Clean up mutable defaults, give parent-main bootstrap data a named type, and add direct start_actor coverage so the opt-out change is clearer to review.
Use `inherit_parent_main` across the actor APIs and helper to better describe the behavior, and restore the reviewer note at child bootstrap where the inherited `__main__` data is copied from `SpawnSpec`.
Keep actor-owned parent-main capture and let `_mp_figure_out_main()` decide whether to return `__main__` bootstrap data, avoiding the extra SpawnSpec plumbing while preserving the per-actor flag.

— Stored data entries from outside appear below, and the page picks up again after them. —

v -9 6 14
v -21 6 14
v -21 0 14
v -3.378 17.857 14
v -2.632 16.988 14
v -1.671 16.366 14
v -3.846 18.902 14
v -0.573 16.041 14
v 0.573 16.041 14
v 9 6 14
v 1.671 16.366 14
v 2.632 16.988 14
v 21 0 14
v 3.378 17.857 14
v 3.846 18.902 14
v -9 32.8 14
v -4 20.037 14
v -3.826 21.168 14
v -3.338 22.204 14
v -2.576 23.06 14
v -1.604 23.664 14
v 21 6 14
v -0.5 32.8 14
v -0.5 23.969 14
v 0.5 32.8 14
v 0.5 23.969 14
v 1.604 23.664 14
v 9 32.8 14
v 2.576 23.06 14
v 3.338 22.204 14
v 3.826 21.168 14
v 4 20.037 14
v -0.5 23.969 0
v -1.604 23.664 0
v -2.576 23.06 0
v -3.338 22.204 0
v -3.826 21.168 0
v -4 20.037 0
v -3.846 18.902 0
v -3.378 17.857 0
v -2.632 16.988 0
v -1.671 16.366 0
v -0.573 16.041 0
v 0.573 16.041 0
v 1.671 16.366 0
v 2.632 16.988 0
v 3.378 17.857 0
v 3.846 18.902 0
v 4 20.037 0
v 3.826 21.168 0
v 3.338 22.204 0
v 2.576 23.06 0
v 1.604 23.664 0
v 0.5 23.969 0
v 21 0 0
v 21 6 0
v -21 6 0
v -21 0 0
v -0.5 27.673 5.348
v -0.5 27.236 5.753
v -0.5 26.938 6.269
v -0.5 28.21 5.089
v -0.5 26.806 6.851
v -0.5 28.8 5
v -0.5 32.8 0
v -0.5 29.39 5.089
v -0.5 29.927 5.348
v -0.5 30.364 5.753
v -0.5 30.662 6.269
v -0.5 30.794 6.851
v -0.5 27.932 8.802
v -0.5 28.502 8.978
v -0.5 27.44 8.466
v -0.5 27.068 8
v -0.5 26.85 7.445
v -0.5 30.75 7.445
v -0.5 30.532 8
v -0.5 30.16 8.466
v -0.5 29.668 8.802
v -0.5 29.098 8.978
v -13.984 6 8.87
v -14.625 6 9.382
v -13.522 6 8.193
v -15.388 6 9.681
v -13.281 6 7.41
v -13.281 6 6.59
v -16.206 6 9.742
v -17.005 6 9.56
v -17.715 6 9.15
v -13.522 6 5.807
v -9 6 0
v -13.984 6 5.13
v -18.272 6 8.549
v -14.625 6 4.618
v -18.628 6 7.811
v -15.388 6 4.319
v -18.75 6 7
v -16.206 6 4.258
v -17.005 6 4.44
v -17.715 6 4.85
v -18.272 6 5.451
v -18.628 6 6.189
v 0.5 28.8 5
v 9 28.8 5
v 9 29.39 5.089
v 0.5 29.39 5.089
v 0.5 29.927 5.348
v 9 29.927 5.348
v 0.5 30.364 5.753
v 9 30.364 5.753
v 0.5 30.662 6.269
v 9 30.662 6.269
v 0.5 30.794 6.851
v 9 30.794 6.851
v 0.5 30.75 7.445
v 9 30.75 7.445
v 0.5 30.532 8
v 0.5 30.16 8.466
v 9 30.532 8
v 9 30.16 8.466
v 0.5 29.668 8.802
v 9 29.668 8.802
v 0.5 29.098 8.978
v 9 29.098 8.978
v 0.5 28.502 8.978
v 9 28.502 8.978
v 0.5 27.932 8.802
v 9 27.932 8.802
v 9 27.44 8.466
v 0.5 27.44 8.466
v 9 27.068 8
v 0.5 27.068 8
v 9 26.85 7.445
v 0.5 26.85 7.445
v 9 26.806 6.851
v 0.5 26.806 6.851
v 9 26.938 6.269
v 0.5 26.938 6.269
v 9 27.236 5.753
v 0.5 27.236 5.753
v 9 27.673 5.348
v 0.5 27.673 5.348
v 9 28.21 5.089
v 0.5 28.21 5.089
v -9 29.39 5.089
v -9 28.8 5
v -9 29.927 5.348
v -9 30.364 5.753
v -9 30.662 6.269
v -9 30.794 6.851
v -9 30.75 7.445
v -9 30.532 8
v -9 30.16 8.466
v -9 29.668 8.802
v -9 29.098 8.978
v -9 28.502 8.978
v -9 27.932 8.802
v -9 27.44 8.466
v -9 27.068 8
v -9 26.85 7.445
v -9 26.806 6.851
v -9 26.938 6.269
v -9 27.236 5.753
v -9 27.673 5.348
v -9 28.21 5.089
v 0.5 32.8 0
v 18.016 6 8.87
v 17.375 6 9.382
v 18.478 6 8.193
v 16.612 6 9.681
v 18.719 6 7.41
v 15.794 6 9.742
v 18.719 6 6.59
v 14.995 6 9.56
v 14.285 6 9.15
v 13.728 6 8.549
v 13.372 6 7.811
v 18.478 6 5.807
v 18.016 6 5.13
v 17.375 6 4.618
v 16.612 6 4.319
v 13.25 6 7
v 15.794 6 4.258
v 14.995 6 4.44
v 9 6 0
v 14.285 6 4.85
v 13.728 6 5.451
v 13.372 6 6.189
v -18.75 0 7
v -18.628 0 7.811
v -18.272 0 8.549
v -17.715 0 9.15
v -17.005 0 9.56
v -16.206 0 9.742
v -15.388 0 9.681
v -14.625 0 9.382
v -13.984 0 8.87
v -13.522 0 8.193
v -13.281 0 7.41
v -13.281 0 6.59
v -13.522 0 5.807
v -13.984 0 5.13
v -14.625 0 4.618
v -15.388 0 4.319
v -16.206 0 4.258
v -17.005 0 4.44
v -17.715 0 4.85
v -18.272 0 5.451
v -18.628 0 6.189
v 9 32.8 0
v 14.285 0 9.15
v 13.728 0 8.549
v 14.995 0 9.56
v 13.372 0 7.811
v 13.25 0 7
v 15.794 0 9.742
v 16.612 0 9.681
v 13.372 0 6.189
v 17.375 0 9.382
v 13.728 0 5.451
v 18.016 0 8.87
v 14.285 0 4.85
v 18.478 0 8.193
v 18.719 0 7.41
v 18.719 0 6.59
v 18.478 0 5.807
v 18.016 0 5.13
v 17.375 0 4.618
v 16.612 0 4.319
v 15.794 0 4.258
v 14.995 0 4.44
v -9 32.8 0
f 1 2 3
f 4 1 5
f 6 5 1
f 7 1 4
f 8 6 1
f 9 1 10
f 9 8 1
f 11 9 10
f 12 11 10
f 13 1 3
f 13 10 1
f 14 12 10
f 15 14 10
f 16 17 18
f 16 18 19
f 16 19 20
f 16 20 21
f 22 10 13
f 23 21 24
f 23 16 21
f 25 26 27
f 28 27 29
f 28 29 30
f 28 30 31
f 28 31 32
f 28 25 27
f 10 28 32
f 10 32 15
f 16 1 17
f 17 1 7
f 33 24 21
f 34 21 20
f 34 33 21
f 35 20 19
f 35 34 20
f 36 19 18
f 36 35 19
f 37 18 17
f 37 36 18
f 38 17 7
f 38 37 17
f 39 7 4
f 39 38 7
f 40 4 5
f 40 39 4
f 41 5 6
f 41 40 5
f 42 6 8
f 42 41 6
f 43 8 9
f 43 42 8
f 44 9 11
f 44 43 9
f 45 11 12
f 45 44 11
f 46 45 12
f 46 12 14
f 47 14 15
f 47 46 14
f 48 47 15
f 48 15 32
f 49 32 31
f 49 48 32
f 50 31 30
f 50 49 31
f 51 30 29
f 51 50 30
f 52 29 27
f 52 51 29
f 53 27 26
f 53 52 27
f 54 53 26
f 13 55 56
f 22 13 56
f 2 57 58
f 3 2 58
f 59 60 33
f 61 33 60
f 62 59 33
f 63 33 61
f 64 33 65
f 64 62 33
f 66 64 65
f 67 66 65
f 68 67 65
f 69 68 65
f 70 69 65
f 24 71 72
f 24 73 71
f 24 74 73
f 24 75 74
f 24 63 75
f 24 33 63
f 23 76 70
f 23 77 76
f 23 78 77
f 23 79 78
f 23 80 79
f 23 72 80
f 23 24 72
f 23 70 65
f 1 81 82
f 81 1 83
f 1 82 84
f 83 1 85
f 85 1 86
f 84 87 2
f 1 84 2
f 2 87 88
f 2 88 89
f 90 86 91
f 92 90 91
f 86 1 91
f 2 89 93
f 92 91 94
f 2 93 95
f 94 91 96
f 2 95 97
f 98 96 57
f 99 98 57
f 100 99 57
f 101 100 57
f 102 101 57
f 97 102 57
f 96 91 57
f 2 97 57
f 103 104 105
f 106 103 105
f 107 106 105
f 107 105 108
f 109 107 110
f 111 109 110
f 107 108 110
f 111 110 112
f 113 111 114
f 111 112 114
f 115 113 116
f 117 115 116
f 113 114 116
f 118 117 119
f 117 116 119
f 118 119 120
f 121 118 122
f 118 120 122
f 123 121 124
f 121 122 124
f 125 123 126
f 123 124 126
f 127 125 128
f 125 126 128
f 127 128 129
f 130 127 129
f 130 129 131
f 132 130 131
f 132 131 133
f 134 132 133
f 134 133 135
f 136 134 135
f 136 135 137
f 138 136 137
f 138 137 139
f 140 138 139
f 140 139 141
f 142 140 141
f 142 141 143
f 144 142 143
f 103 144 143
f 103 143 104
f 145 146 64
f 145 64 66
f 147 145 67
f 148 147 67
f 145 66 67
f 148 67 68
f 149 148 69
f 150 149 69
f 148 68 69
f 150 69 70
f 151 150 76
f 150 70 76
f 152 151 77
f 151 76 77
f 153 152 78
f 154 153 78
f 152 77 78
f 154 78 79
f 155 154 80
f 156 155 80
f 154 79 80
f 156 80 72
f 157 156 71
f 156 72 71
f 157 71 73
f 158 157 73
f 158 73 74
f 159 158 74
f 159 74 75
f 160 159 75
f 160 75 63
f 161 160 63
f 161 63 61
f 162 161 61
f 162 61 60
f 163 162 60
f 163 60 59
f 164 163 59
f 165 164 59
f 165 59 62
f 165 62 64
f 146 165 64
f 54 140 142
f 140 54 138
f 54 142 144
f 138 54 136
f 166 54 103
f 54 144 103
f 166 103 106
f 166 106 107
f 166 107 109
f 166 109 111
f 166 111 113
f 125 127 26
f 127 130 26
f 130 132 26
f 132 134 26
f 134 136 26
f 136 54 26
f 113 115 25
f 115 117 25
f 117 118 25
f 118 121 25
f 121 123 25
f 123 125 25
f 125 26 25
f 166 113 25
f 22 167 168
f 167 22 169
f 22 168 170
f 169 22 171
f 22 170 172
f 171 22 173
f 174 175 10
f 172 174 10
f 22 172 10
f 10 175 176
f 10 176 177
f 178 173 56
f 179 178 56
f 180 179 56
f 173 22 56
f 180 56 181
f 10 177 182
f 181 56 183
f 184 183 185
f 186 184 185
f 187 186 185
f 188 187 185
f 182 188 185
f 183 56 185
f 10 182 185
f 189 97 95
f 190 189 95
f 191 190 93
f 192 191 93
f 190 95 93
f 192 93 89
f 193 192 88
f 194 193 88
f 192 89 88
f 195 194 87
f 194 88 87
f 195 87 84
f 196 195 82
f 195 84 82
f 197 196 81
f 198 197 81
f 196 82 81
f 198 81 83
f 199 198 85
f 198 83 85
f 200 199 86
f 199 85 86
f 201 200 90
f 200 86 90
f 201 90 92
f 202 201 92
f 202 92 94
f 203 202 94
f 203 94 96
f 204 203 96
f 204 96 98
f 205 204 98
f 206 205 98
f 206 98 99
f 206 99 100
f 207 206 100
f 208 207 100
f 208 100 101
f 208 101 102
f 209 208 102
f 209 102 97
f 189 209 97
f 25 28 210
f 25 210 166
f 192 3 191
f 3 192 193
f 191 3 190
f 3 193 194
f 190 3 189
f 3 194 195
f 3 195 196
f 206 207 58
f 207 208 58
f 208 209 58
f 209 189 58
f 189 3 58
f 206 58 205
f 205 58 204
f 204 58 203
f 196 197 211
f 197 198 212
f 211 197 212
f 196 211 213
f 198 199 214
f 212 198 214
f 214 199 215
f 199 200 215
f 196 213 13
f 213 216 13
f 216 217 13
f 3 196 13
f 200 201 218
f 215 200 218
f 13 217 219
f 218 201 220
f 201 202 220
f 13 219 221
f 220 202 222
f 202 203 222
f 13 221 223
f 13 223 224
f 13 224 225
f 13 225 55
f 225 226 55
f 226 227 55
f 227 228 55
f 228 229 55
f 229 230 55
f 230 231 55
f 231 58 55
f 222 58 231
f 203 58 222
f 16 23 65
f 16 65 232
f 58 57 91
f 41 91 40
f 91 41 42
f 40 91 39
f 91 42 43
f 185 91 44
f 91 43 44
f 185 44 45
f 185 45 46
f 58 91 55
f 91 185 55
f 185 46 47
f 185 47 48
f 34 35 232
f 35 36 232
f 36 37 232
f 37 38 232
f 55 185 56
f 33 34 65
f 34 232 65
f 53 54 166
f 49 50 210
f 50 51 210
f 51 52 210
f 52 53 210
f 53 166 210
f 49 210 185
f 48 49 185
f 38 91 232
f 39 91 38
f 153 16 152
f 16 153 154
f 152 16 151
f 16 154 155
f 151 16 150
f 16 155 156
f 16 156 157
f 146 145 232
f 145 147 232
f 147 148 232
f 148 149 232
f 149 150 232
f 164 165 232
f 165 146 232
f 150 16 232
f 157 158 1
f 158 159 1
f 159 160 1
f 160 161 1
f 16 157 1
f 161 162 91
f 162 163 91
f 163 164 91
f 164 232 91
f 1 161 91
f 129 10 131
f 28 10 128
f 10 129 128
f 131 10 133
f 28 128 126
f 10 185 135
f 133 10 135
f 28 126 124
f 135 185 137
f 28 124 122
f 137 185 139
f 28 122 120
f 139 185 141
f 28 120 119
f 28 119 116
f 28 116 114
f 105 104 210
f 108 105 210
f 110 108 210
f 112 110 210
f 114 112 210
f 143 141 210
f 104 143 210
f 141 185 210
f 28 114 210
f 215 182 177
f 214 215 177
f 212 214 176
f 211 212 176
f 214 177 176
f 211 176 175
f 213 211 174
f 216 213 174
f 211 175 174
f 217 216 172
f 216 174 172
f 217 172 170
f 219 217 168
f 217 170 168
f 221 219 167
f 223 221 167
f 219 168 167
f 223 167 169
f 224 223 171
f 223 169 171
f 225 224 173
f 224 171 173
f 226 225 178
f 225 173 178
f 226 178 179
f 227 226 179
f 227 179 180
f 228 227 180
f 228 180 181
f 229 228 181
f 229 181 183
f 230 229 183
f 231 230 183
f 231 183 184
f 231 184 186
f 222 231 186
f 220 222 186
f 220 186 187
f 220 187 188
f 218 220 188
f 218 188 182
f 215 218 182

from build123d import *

# Parameters (mm, degrees)
SKETCH1_R           = 4
BOSS_EXTRUDE1_DEPTH = 14
SKETCH3_W           = 1
SKETCH3_H           = 11.790173319
CUT_EXTRUDE1_DEPTH  = 19
SKETCH2_R           = 2
CUT_EXTRUDE3_DEPTH  = 31
SKETCH5_R           = 2.75
CUT_EXTRUDE5_DEPTH  = 22


with BuildPart() as part:
    # Sketch1 → Boss-Extrude1 (new body)
    with BuildSketch(Plane.XY):
        Polygon((-21, 0), (21, 0), (21, 6), (9, 6), (9, 32.8), (-9, 32.8), (-9, 6), (-21, 6), align=None)
        with Locations((0, 20)):
            Circle(SKETCH1_R, mode=Mode.SUBTRACT)
    extrude(amount=BOSS_EXTRUDE1_DEPTH)

    # Sketch3 → Cut-Extrude1 (cut)
    with BuildSketch(Plane.XY.offset(14)):
        with Locations((0, 26.904913341)):
            Rectangle(SKETCH3_W, SKETCH3_H)
    extrude(amount=-CUT_EXTRUDE1_DEPTH, mode=Mode.SUBTRACT)

    # Sketch2 → Cut-Extrude3 (cut)
    with BuildSketch(Plane(origin=(9, 0, 0), x_dir=(0, 0, -1), z_dir=(1, 0, 0))):
        with Locations((-7, 28.8)):
            Circle(SKETCH2_R)
    extrude(amount=-CUT_EXTRUDE3_DEPTH, mode=Mode.SUBTRACT)

    # Sketch5 → Cut-Extrude5 (cut)
    with BuildSketch(Plane(origin=(0, 6, 0), x_dir=(1, 0, 0), z_dir=(0, 1, 0))):
        with Locations(Location((16, -7, 0), (0, 0, 180))):
            Circle(SKETCH5_R)
        with Locations(Location((-16, -7, 0), (0, 0, 180))):
            Circle(SKETCH5_R)
    extrude(amount=-CUT_EXTRUDE5_DEPTH, mode=Mode.SUBTRACT)


solid = part.part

Keep trio child bootstrap data in the spawn handshake instead of stashing it on Actor state so the replay opt-out stays explicit and avoids stale-looking runtime fields.
Let actor callers skip replaying the parent __main__ during child startup so downstream integrations can avoid inheriting incompatible bootstrap state without changing the default spawn behavior.